IE 11 is not supported. For an optimal experience visit our site on another browser.

Please don't feed the elk, activists urge U.S.

Five conservation groups have asked a federal court to stop the artificial feeding of elk on Wyoming's National Elk Refuge.
Image: An elk wanders through a campground in Mammoth, Wyoming
An elk wanders through a campground inside Yellowstone National Park on May 21. Environmentalists have filed suit to stop the feeding of wild elk in a nearby refuge.Anne Sherwood / Redux Pictures
/ Source: The Associated Press

Five conservation groups have asked a federal court to stop the artificial feeding of elk on Wyoming's National Elk Refuge.

By feeding thousands of wild elk, the U.S. Fish and Wildlife Service has turned the 25,000-acre refuge into a breeding ground for diseases harmful to wildlife and livestock, the groups claimed in a lawsuit filed Tuesday.

The lawsuit challenges a 2007 management plan for the refuge that continued the feeding despite its potential risk.
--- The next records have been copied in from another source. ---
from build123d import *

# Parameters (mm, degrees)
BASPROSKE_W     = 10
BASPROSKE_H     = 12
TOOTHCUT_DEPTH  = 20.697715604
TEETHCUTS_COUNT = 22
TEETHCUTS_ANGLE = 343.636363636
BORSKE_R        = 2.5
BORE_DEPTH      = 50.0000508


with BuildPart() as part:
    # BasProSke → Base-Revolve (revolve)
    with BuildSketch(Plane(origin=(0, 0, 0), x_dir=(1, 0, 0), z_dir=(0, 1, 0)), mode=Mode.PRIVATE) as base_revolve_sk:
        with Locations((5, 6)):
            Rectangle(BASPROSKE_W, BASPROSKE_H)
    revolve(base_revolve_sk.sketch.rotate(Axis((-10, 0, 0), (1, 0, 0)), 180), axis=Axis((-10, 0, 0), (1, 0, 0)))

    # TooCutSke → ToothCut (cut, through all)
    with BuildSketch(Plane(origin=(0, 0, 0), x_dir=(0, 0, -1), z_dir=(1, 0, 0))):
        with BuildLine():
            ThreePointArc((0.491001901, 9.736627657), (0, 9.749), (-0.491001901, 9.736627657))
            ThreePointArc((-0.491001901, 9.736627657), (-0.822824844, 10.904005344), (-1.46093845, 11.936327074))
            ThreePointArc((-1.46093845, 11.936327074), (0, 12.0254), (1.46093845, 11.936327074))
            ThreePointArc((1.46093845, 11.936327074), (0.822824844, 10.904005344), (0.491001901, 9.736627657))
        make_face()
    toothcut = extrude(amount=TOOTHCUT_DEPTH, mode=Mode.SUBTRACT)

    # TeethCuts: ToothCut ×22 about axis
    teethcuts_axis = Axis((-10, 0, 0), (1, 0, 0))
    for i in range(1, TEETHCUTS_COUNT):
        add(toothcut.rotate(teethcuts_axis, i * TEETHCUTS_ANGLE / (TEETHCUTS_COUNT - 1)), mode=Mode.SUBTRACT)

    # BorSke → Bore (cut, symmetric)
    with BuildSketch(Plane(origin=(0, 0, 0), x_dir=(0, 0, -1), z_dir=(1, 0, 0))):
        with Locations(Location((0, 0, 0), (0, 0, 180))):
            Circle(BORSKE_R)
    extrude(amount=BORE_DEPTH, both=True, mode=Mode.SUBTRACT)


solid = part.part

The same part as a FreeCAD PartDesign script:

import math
import FreeCAD as App
import Part
import Sketcher


def add_polygon(sketch, points):
    """Adds a closed chain of lines whose ends are joined by coincident constraints."""
    first, n = sketch.GeometryCount, len(points)
    for a, b in zip(points, points[1:] + points[:1]):
        sketch.addGeometry(Part.LineSegment(App.Vector(*a, 0), App.Vector(*b, 0)), False)
    for i in range(n):
        sketch.addConstraint(Sketcher.Constraint("Coincident", first + i, 2, first + (i + 1) % n, 1))

doc = App.newDocument("Part")
params = doc.addObject("Spreadsheet::Sheet", "Params")
for row, (alias, value) in enumerate([
    ("sketch1_width", "10 mm"),
    ("sketch1_height", "12 mm"),
    ("revolution_angle", "360 deg"),
    ("sketch2_radius", "4.4 mm"),
    ("sketch3_diameter", "5 mm"),
    ("pocket2_length", "100.000102 mm"),
], start=1):
    params.set(f"A{row}", alias)
    params.set(f"B{row}", "=" + value)
    params.setAlias(f"B{row}", alias)

body = doc.addObject("PartDesign::Body", "Body")

sketch1 = body.newObject("Sketcher::SketchObject", "Sketch")
sketch1.AttachmentSupport = (doc.getObject("XZ_Plane"), [""])
sketch1.MapMode = "FlatFace"
add_polygon(sketch1, [(0, -12), (0, 0), (10, 0), (10, -12)])
sketch1.addConstraint([
    Sketcher.Constraint("Vertical", 0),
    Sketcher.Constraint("Horizontal", 1),
    Sketcher.Constraint("Vertical", 2),
    Sketcher.Constraint("Horizontal", 3),
    Sketcher.Constraint("Coincident", 0, 2, -1, 1),
    Sketcher.Constraint("DistanceX", 1, 1, 1, 2, 10.0),
    Sketcher.Constraint("DistanceY", 0, 1, 0, 2, 12.0),
])
sketch1.setExpression("Constraints[9]", "Params.sketch1_width")
sketch1.setExpression("Constraints[10]", "Params.sketch1_height")
revolution = body.newObject("PartDesign::Revolution", "Revolution")
revolution.Profile = sketch1
revolution.ReferenceAxis = (sketch1, ["H_Axis"])
revolution.setExpression("Angle", "Params.revolution_angle")

sketch2 = body.newObject("Sketcher::SketchObject", "Sketch001")
sketch2.AttachmentSupport = (doc.getObject("YZ_Plane"), [""])
sketch2.MapMode = "FlatFace"
sketch2.addGeometry([
    Part.ArcOfCircle(Part.Circle(App.Vector(0, 0, 0), App.Vector(0, 0, 1), 9.7), math.radians(-2.89), math.radians(2.89)),
    Part.ArcOfCircle(Part.Circle(App.Vector(9.1, -4.8, 0), App.Vector(0, 0, 1), 4.4), math.radians(50), math.radians(82)),
    Part.ArcOfCircle(Part.Circle(App.Vector(0, 0, 0), App.Vector(0, 0, 1), 12), math.radians(-6.98), math.radians(6.98)),
    Part.ArcOfCircle(Part.Circle(App.Vector(9.1, 4.8, 0), App.Vector(0, 0, 1), 4.4), math.radians(-82), math.radians(-50)),
], False)
sketch2.addConstraint([
    Sketcher.Constraint("Coincident", 0, 1, 1, 2),
    Sketcher.Constraint("Coincident", 1, 1, 2, 1),
    Sketcher.Constraint("Coincident", 2, 2, 3, 2),
    Sketcher.Constraint("Coincident", 3, 1, 0, 2),
    Sketcher.Constraint("Coincident", 0, 3, -1, 1),
    Sketcher.Constraint("Coincident", 2, 3, -1, 1),
    Sketcher.Constraint("Equal", 1, 3),
    Sketcher.Constraint("Symmetric", 1, 3, 3, 3, -1),
    Sketcher.Constraint("Radius", 1, 4.4),
    Sketcher.Constraint("Radius", 0, 9.749),
    Sketcher.Constraint("Radius", 2, 12.0254),
    Sketcher.Constraint("DistanceY", 0, 1, -1, 1, 0.491002),
    Sketcher.Constraint("DistanceX", 0, 1, 1, 1, 2.199699),
])
sketch2.setExpression("Constraints[8]", "Params.sketch2_radius")
pocket1 = body.newObject("PartDesign::Pocket", "Pocket")
pocket1.Profile = sketch2
pocket1.Type = "ThroughAll"
pocket1.Reversed = True
doc.recompute()

polarpattern = body.newObject("PartDesign::PolarPattern", "PolarPattern")
polarpattern.Originals = [pocket1]
polarpattern.Axis = (doc.getObject("X_Axis"), [""])
polarpattern.Angle = 360
polarpattern.Occurrences = 22
body.Tip = polarpattern

sketch3 = body.newObject("Sketcher::SketchObject", "Sketch002")
sketch3.AttachmentSupport = (doc.getObject("YZ_Plane"), [""])
sketch3.MapMode = "FlatFace"
sketch3.addGeometry(Part.Circle(App.Vector(0, 0, 0), App.Vector(0, 0, 1), 2.5), False)
sketch3.addConstraint([
    Sketcher.Constraint("Coincident", 0, 3, -1, 1),
    Sketcher.Constraint("Diameter", 0, 5.0),
])
sketch3.setExpression("Constraints[1]", "Params.sketch3_diameter")
pocket2 = body.newObject("PartDesign::Pocket", "Pocket001")
pocket2.Profile = sketch3
pocket2.setExpression("Length", "Params.pocket2_length")
pocket2.Midplane = True

doc.recompute()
It claims the government is violating its mandate to protect and improve refuge habitat.

"Continued feeding on the refuge will maintain ideal conditions for transmission of brucellosis," the lawsuit states, "and also is highly likely to invite a devastating outbreak of lethal chronic wasting disease — the elk equivalent of `mad cow' disease."

Brucellosis can cause pregnant animals to prematurely abort their young. Chronic wasting disease is a neurological sickness that can be fatal to elk, moose and deer.

Last winter, an estimated 8,300 elk and 920 bison consumed more than 8.4 million pounds of alfalfa pellets at the refuge near Jackson, Wyo., said the facility's manager, Steve Kallin. That's the equivalent of 175 semitrailer loads of feed.

Refuge slowly reducing amounts
Kallin declined to comment on specifics of the lawsuit, but he said the 2007 plan called for the refuge to reduce feeding over time.

The practice dates to the early 1900s, when homesteaders began feeding elk to keep them from starving after much of the natural forage in the area was consumed by newly introduced cattle herds.

Despite growing awareness of the increased risk of disease transmission when the animals congregate, artificial feeding has continued at the refuge under pressure from hunting groups.

Bob Wharff, executive director of Wyoming Sportsmen for Fish and Wildlife, said an abrupt end to feeding could have negative consequences.

"There comes a point where you don't feed them and they get to a weakened state. They'd get far more susceptible (to disease)," he said.

Wharff said a study done for his organization several years ago indicated elk populations would decline by 60 to 80 percent if feeding stopped.

"I don't think anybody is going to sit back and let them all starve to death," he added.

Bison attracted to feed
The feeding grounds also inadvertently attract hundreds of bison every winter from Grand Teton National Park. That led to a hunt last winter in which 266 bison were killed to stave off damage caused when the animals trample the landscape.

Kallin said irrigation systems are being built and natural habitat restored to increase forage. Also, increased hunting will be used to trim the elk population to about 5,000 animals, while the bison population is to be reduced by up to 700 animals.

"It's a complex situation," Kallin said. "The existing plan recognizes a potential for disease, and it addresses that in the plan."

The lawsuit was filed in U.S. District Court in Washington, D.C., by Defenders of Wildlife, Jackson Hole Conservation Alliance, National Wildlife Refuge Association, Greater Yellowstone Coalition and the Wyoming Outdoor Council.